# Gcc bengal bn-60



## Bulldog1234 (Nov 19, 2011)

hi all, 
i am new to this forum but not to forums in general. i am wondering if anyone can help me find a driver software for the bn60. my computer crashed and i lost all my software. now trying to reinstall everything and i realized that i lost the installation software. if anyone knows where i can download the software that would be great. thank you ahead of time for your help!


----------



## charles95405 (Feb 1, 2007)

Have you tried GCC or your vendor?


----------



## Bulldog1234 (Nov 19, 2011)

yes, i did try them but i couldnt find anything for the bengal...maybe i dont know exactly what to look for?

i have the software for the keysafe printer cable usb interface. but when i plug the cutter into the computer it can not see it as i dont have the driver.


----------



## dazzabling (Sep 21, 2011)

Bulldog1234 said:


> yes, i did try them but i couldnt find anything for the bengal...maybe i dont know exactly what to look for?
> 
> i have the software for the keysafe printer cable usb interface. but when i plug the cutter into the computer it can not see it as i dont have the driver.


Did you join GCC Club (http://www.gccworld.com/customer_member.html) when you purchased the cutter? If not, I encourage you to join there you should enter your cutter information.
After you register your cutter, you will get downloads, manual information and drivers.


----------



## Bulldog1234 (Nov 19, 2011)

i did join that, the problem is that i dont know what to look for or what to download? i have vista 64bit


----------



## dazzabling (Sep 21, 2011)

should be on the first page when you log into GCC Club the file is too big to attach here..you need :

-All In One Driver 64 bit - 2 options
1) For automatic install driver
2) For manually install driver

Option #1 would be the best

-VLCD (Virtual LCD) #3


----------



## Bulldog1234 (Nov 19, 2011)

is it a rar file? do i need winrar to use it because i did download something, i think it was that, but it wouldnt let me open it


----------



## dazzabling (Sep 21, 2011)

Bulldog1234 said:


> is it a rar file? do i need winrar to use it because i did download something, i think it was that, but it wouldnt let me open it


Yes, WinZip is free 

(for a limited time-just enough time to get all your drivers downloaded)

WinZip® - Select a WinZip Product Download


----------



## Bulldog1234 (Nov 19, 2011)

ok, great thank you, that is what i was missing than!


----------



## Bulldog1234 (Nov 19, 2011)

ok so now i have an all new problem. i did what you said and downloaded winzip. the the driver from gcc world club. now it says that it is installed on com3 but when i go to use the production manager it wont let me print to it, when i press send it comes up as holding then disappears? what could it be, is there a specific way i should see the cutter. do i need to set the cutter itself to 64bit? or do i need to add a printer to my computer? thanks


----------



## selanac (Jan 8, 2007)

Com Port conflict with Com 3. Something else might have com 3 assigned. Do you know how to check that on your computer?

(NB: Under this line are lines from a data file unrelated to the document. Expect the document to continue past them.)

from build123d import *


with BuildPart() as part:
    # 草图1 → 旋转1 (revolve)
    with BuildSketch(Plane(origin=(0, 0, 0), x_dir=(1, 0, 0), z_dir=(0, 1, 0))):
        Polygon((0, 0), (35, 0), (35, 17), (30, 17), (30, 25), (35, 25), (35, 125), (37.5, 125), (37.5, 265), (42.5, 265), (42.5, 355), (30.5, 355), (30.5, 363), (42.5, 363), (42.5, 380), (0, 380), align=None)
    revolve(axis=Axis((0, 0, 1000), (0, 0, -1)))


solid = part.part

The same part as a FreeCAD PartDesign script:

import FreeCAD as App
import Part
import Sketcher

V = App.Vector

doc = App.newDocument("Part")
params = doc.addObject("Spreadsheet::Sheet", "Params")
for row, (alias, value) in enumerate([
    ("sketch1_width", "35 mm"),
    ("sketch1_width2", "5 mm"),
    ("sketch1_width3", "12 mm"),
    ("sketch1_height", "17 mm"),
    ("sketch1_height2", "8 mm"),
    ("revolution_angle", "360 deg"),
], start=1):
    params.set(f"A{row}", alias)
    params.set(f"B{row}", "=" + value)
    params.setAlias(f"B{row}", alias)

body = doc.addObject("PartDesign::Body", "Body")

# Sketch on XZ plane
sketch1 = doc.addObject("Sketcher::SketchObject", "Sketch")
body.addObject(sketch1)
sketch1.AttachmentSupport = (doc.XZ_Plane, [""])
sketch1.MapMode = "FlatFace"
sketch1.addGeometry([
    Part.LineSegment(V(0, 0, 0), V(35, 0, 0)),  # 0
    Part.LineSegment(V(35, 0, 0), V(35, -17, 0)),  # 1
    Part.LineSegment(V(35, -17, 0), V(30, -17, 0)),  # 2
    Part.LineSegment(V(30, -17, 0), V(30, -25, 0)),  # 3
    Part.LineSegment(V(30, -25, 0), V(35, -25, 0)),  # 4
    Part.LineSegment(V(35, -25, 0), V(35, -125, 0)),  # 5
    Part.LineSegment(V(35, -125, 0), V(37.5, -125, 0)),  # 6
    Part.LineSegment(V(37.5, -125, 0), V(37.5, -265, 0)),  # 7
    Part.LineSegment(V(37.5, -265, 0), V(42.5, -265, 0)),  # 8
    Part.LineSegment(V(42.5, -265, 0), V(42.5, -355, 0)),  # 9
    Part.LineSegment(V(42.5, -355, 0), V(30.5, -355, 0)),  # 10
    Part.LineSegment(V(30.5, -355, 0), V(30.5, -363, 0)),  # 11
    Part.LineSegment(V(30.5, -363, 0), V(42.5, -363, 0)),  # 12
    Part.LineSegment(V(42.5, -363, 0), V(42.5, -380, 0)),  # 13
    Part.LineSegment(V(42.5, -380, 0), V(0, -380, 0)),  # 14
    Part.LineSegment(V(0, -380, 0), V(0, 0, 0)),  # 15
], False)
sketch1.addConstraint([
    Sketcher.Constraint("Coincident", 0, 2, 1, 1),
    Sketcher.Constraint("Coincident", 1, 2, 2, 1),
    Sketcher.Constraint("Coincident", 2, 2, 3, 1),
    Sketcher.Constraint("Coincident", 3, 2, 4, 1),
    Sketcher.Constraint("Coincident", 4, 2, 5, 1),
    Sketcher.Constraint("Coincident", 5, 2, 6, 1),
    Sketcher.Constraint("Coincident", 6, 2, 7, 1),
    Sketcher.Constraint("Coincident", 7, 2, 8, 1),
    Sketcher.Constraint("Coincident", 8, 2, 9, 1),
    Sketcher.Constraint("Coincident", 9, 2, 10, 1),
    Sketcher.Constraint("Coincident", 10, 2, 11, 1),
    Sketcher.Constraint("Coincident", 11, 2, 12, 1),
    Sketcher.Constraint("Coincident", 12, 2, 13, 1),
    Sketcher.Constraint("Coincident", 13, 2, 14, 1),
    Sketcher.Constraint("Coincident", 14, 2, 15, 1),
    Sketcher.Constraint("Coincident", 15, 2, 0, 1),
    Sketcher.Constraint("Horizontal", 0),
    Sketcher.Constraint("Vertical", 1),
    Sketcher.Constraint("Horizontal", 2),
    Sketcher.Constraint("Vertical", 3),
    Sketcher.Constraint("Horizontal", 4),
    Sketcher.Constraint("Vertical", 5),
    Sketcher.Constraint("Horizontal", 6),
    Sketcher.Constraint("Vertical", 7),
    Sketcher.Constraint("Horizontal", 8),
    Sketcher.Constraint("Vertical", 9),
    Sketcher.Constraint("Horizontal", 10),
    Sketcher.Constraint("Vertical", 11),
    Sketcher.Constraint("Horizontal", 12),
    Sketcher.Constraint("Vertical", 13),
    Sketcher.Constraint("Horizontal", 14),
    Sketcher.Constraint("Vertical", 15),
    Sketcher.Constraint("Coincident", 15, 2, -1, 1),
    Sketcher.Constraint("Vertical", 1, 2, 4, 2),
    Sketcher.Constraint("Vertical", 9, 2, 12, 2),
    Sketcher.Constraint("Equal", 4, 8),
    Sketcher.Constraint("Equal", 3, 11),
    Sketcher.Constraint("Equal", 1, 13),
    Sketcher.Constraint("DistanceX", 0, 1, 0, 2, 35.0),
    Sketcher.Constraint("DistanceX", 2, 2, 2, 1, 5.0),
    Sketcher.Constraint("DistanceX", 10, 2, 10, 1, 12.0),
    Sketcher.Constraint("DistanceY", 1, 2, 1, 1, 17.0),
    Sketcher.Constraint("DistanceY", 3, 2, 3, 1, 8.0),
    Sketcher.Constraint("DistanceY", 5, 2, 5, 1, 100.0),
    Sketcher.Constraint("DistanceY", 7, 2, 7, 1, 140.0),
    Sketcher.Constraint("DistanceY", 9, 2, 9, 1, 90.0),
    Sketcher.Constraint("DistanceX", 6, 1, 6, 2, 2.5),
])
sketch1.setExpression("Constraints[38]", "Params.sketch1_width")
sketch1.setExpression("Constraints[39]", "Params.sketch1_width2")
sketch1.setExpression("Constraints[40]", "Params.sketch1_width3")
sketch1.setExpression("Constraints[41]", "Params.sketch1_height")
sketch1.setExpression("Constraints[42]", "Params.sketch1_height2")
revolution = doc.addObject("PartDesign::Revolution", "Revolution")
body.addObject(revolution)
revolution.Profile = sketch1
revolution.ReferenceAxis = (sketch1, ["V_Axis"])
revolution.setExpression("Angle", "Params.revolution_angle")

doc.recompute()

The softare might have Com 3 setup, and the Computer might have Com 3 for another device/printer or, Com 3 is a Serial Port, and you have your cutter connected with a USB cable or vise versa. 

Will you tell us how you have your cutter connected to the computer, and what other devices you have connected to it, like printers, scanners, etc.?


----------



## Bulldog1234 (Nov 19, 2011)

ok i have the cutter connect via a keyspan adapter that says it is on com6, i have a printer ocnnected via a usb cable, monitor via monitor cord, and a wireless mouse and keyboard. that is it. should i assign it to com6 wwhere the keyspan is or no? shoudl it be on a separate port, the com cable comes from the cutter, into the keyspan, then into a usb, into the computer. so wouldnt they be on the same port?


----------



## Bulldog1234 (Nov 19, 2011)

oh and then the safenet sentinal dongle


----------



## Bulldog1234 (Nov 19, 2011)

yesss! i got it working, thank you for all your help. i had to set the port for the cutter to com6 like the keyspan. and i had to restart the computer


----------



## dazzabling (Sep 21, 2011)

Good to hear! best of luck


----------